Description :

This role is central to building the core data and intelligence infrastructure that powers AI-driven engineering insights for organizations worldwide. You will architect and scale systems that ingest, process, and operationalize data from Git, Jira, CI/CD systems, and other developer tools forming the backbone of our engineering analytics platform.

Key Responsibilities :

- Architect and scale multi-source data ingestion pipelines

- Build robust ingestion flows from Git, Jira, CI/CD tools, and external developer systems using APIs, webhooks, and incremental sync mechanisms.

- Strengthen and modularize Java-based ETL pipelines

- Refactor, optimize, and extend existing pipelines for higher reusability, maintainability, and long-term scalability

- Implement high-throughput data processing architectures

- Design parallel, batch, and event-driven data flows using technologies such as Kafka, SQS, and streaming frameworks.

- Optimize large-scale Postgres environments

- Drive schema design, indexing strategies, partitioning, and query tuning to support large datasets (100GB+) across multi-tenant workloads

- Establish strong data orchestration and observability practices

- Lead the adoption of Airflow, Temporal, OpenTelemetry, or similar platforms for workflow orchestration, lineage tracking, and system observability.

- Collaborate cross-functionally with backend, product, and AI teams

- Ensure data is modeled, enriched, and exposed in formats that enable downstream insights, dashboards, and machine-learning pipelines

- Ensure efficient, scalable cloud operations on AWS

- Build and maintain cost-effective, resilient infrastructure using S3, ECS, Lambda, RDS, and CloudWatch to support demanding data workloads.

- Develop self-healing, fully monitored data pipelines

- Implement fail-safe mechanisms, automated recovery, and monitoring systems that minimize operational overhead and ensure high reliability.

What You Bring :

- 6- 10 years of experience in backend or data engineering

- Preferably in data-intensive or analytics-driven product environments

- Strong expertise in Java and AWS

- Hands-on experience with S3, ECS, RDS, Lambda, CloudWatch, and distributed systems.

- Extensive experience integrating external APIs

- Proven ability to fetch, sync, and transform data from systems like GitHub, Jira, Jenkins, and Bitbucket

- Deep understanding of data modeling principles

- Including incremental updates, schema evolution, and data lifecycle management.

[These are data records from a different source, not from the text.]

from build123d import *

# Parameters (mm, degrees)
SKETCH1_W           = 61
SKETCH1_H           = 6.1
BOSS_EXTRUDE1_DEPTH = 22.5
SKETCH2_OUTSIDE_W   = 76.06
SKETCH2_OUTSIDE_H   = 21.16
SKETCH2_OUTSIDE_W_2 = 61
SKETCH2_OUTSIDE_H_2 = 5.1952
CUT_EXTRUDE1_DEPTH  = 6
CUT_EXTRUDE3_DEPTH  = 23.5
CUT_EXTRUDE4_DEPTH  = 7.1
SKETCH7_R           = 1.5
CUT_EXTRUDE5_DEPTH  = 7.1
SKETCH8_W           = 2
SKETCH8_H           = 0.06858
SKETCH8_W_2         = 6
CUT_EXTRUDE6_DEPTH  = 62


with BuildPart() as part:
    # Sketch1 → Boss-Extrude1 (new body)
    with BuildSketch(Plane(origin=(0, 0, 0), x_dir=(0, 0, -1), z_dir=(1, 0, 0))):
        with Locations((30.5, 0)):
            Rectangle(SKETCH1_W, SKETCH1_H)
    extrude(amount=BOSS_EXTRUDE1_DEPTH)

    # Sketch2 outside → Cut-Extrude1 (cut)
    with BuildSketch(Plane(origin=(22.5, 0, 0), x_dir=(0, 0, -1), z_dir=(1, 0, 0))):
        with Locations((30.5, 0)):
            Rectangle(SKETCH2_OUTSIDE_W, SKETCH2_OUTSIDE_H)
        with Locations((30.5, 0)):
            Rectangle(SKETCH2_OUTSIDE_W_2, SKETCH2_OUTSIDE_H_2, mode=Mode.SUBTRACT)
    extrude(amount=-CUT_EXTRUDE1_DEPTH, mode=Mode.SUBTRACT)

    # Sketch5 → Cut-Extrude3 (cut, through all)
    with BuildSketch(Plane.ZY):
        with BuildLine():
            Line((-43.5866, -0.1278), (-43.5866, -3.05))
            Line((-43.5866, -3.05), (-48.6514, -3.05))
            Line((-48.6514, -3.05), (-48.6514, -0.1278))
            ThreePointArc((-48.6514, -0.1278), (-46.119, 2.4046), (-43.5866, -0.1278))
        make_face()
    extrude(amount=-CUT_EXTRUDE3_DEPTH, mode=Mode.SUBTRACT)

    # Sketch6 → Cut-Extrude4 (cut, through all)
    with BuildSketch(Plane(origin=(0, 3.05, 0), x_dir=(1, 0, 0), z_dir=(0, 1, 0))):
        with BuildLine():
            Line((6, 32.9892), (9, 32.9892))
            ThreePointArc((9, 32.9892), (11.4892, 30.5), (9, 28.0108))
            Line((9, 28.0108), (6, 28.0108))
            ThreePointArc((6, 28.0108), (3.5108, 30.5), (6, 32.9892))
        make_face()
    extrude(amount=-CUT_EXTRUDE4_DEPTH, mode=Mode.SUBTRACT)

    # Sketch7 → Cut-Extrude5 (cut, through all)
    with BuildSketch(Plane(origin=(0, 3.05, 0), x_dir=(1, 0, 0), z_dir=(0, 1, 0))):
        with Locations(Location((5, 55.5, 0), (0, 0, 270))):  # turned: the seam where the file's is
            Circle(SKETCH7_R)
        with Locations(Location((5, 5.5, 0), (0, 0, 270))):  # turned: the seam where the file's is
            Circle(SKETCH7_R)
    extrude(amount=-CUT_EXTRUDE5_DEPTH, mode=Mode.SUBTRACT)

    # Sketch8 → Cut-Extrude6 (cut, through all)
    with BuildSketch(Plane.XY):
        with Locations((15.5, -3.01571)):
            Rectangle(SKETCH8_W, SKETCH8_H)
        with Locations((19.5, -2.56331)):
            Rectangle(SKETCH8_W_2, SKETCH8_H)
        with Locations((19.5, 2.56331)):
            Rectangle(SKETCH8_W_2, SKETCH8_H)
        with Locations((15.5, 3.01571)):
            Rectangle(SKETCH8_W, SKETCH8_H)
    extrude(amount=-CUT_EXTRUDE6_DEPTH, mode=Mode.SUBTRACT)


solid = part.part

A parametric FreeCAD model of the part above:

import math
import FreeCAD as App
import Part
import Sketcher
Q = App.Units.Quantity

doc = App.newDocument("Part")
body = doc.addObject("PartDesign::Body", "Body")

sketch1 = body.newObject("Sketcher::SketchObject", "Sketch")
sketch1.AttachmentSupport = (doc.getObject("YZ_Plane"), [""])
sketch1.MapMode = "FlatFace"
sketch1.addGeometry(Part.LineSegment(App.Vector(3.05, 0, 0), App.Vector(-3.05, 0, 0)), False)
sketch1.addGeometry(Part.LineSegment(App.Vector(-3.05, 0, 0), App.Vector(-3.05, -61, 0)), False)
sketch1.addGeometry(Part.LineSegment(App.Vector(-3.05, -61, 0), App.Vector(3.05, -61, 0)), False)
sketch1.addGeometry(Part.LineSegment(App.Vector(3.05, -61, 0), App.Vector(3.05, 0, 0)), False)
sketch1.addConstraint(Sketcher.Constraint("Coincident", 0, 2, 1, 1))
sketch1.addConstraint(Sketcher.Constraint("Coincident", 1, 2, 2, 1))
sketch1.addConstraint(Sketcher.Constraint("Coincident", 2, 2, 3, 1))
sketch1.addConstraint(Sketcher.Constraint("Coincident", 3, 2, 0, 1))
sketch1.addConstraint(Sketcher.Constraint("Horizontal", 0))
sketch1.addConstraint(Sketcher.Constraint("Vertical", 1))
sketch1.addConstraint(Sketcher.Constraint("Horizontal", 2))
sketch1.addConstraint(Sketcher.Constraint("Vertical", 3))
sketch1.addConstraint(Sketcher.Constraint("Symmetric", 0, 2, 3, 2, -1, 1))
sketch1.addConstraint(Sketcher.Constraint("DistanceY", 1, 2, 1, 1, Q("61 mm")))
sketch1.addConstraint(Sketcher.Constraint("DistanceX", 0, 2, 0, 1, Q("6.1 mm")))
pad1 = body.newObject("PartDesign::Pad", "Pad")
pad1.Profile = sketch1
pad1.Length = 22.5

sketch2 = body.newObject("Sketcher::SketchObject", "Sketch001")
sketch2.AttachmentSupport = (doc.getObject("YZ_Plane"), [""])
sketch2.MapMode = "FlatFace"
sketch2.AttachmentOffset = App.Placement(App.Vector(0, 0, 22.5), App.Rotation())
sketch2.addGeometry(Part.LineSegment(App.Vector(10.58, 7.53, 0), App.Vector(-10.58, 7.53, 0)), False)
sketch2.addGeometry(Part.LineSegment(App.Vector(-10.58, 7.53, 0), App.Vector(-10.58, -68.53, 0)), False)
sketch2.addGeometry(Part.LineSegment(App.Vector(-10.58, -68.53, 0), App.Vector(10.58, -68.53, 0)), False)
sketch2.addGeometry(Part.LineSegment(App.Vector(10.58, -68.53, 0), App.Vector(10.58, 7.53, 0)), False)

- Advanced Postgres performance tuning skills

- Experience with indexing, partitioning, and optimizing queries on large, high-volume datasets.

- Experience building and scaling data pipelines

- Exposure to analytics systems handling 100M+ records or multi-tenant architectures.

Bonus capabilities :

- Knowledge of dbt, Kafka, ClickHouse, Temporal, or developer-analytics ecosystems.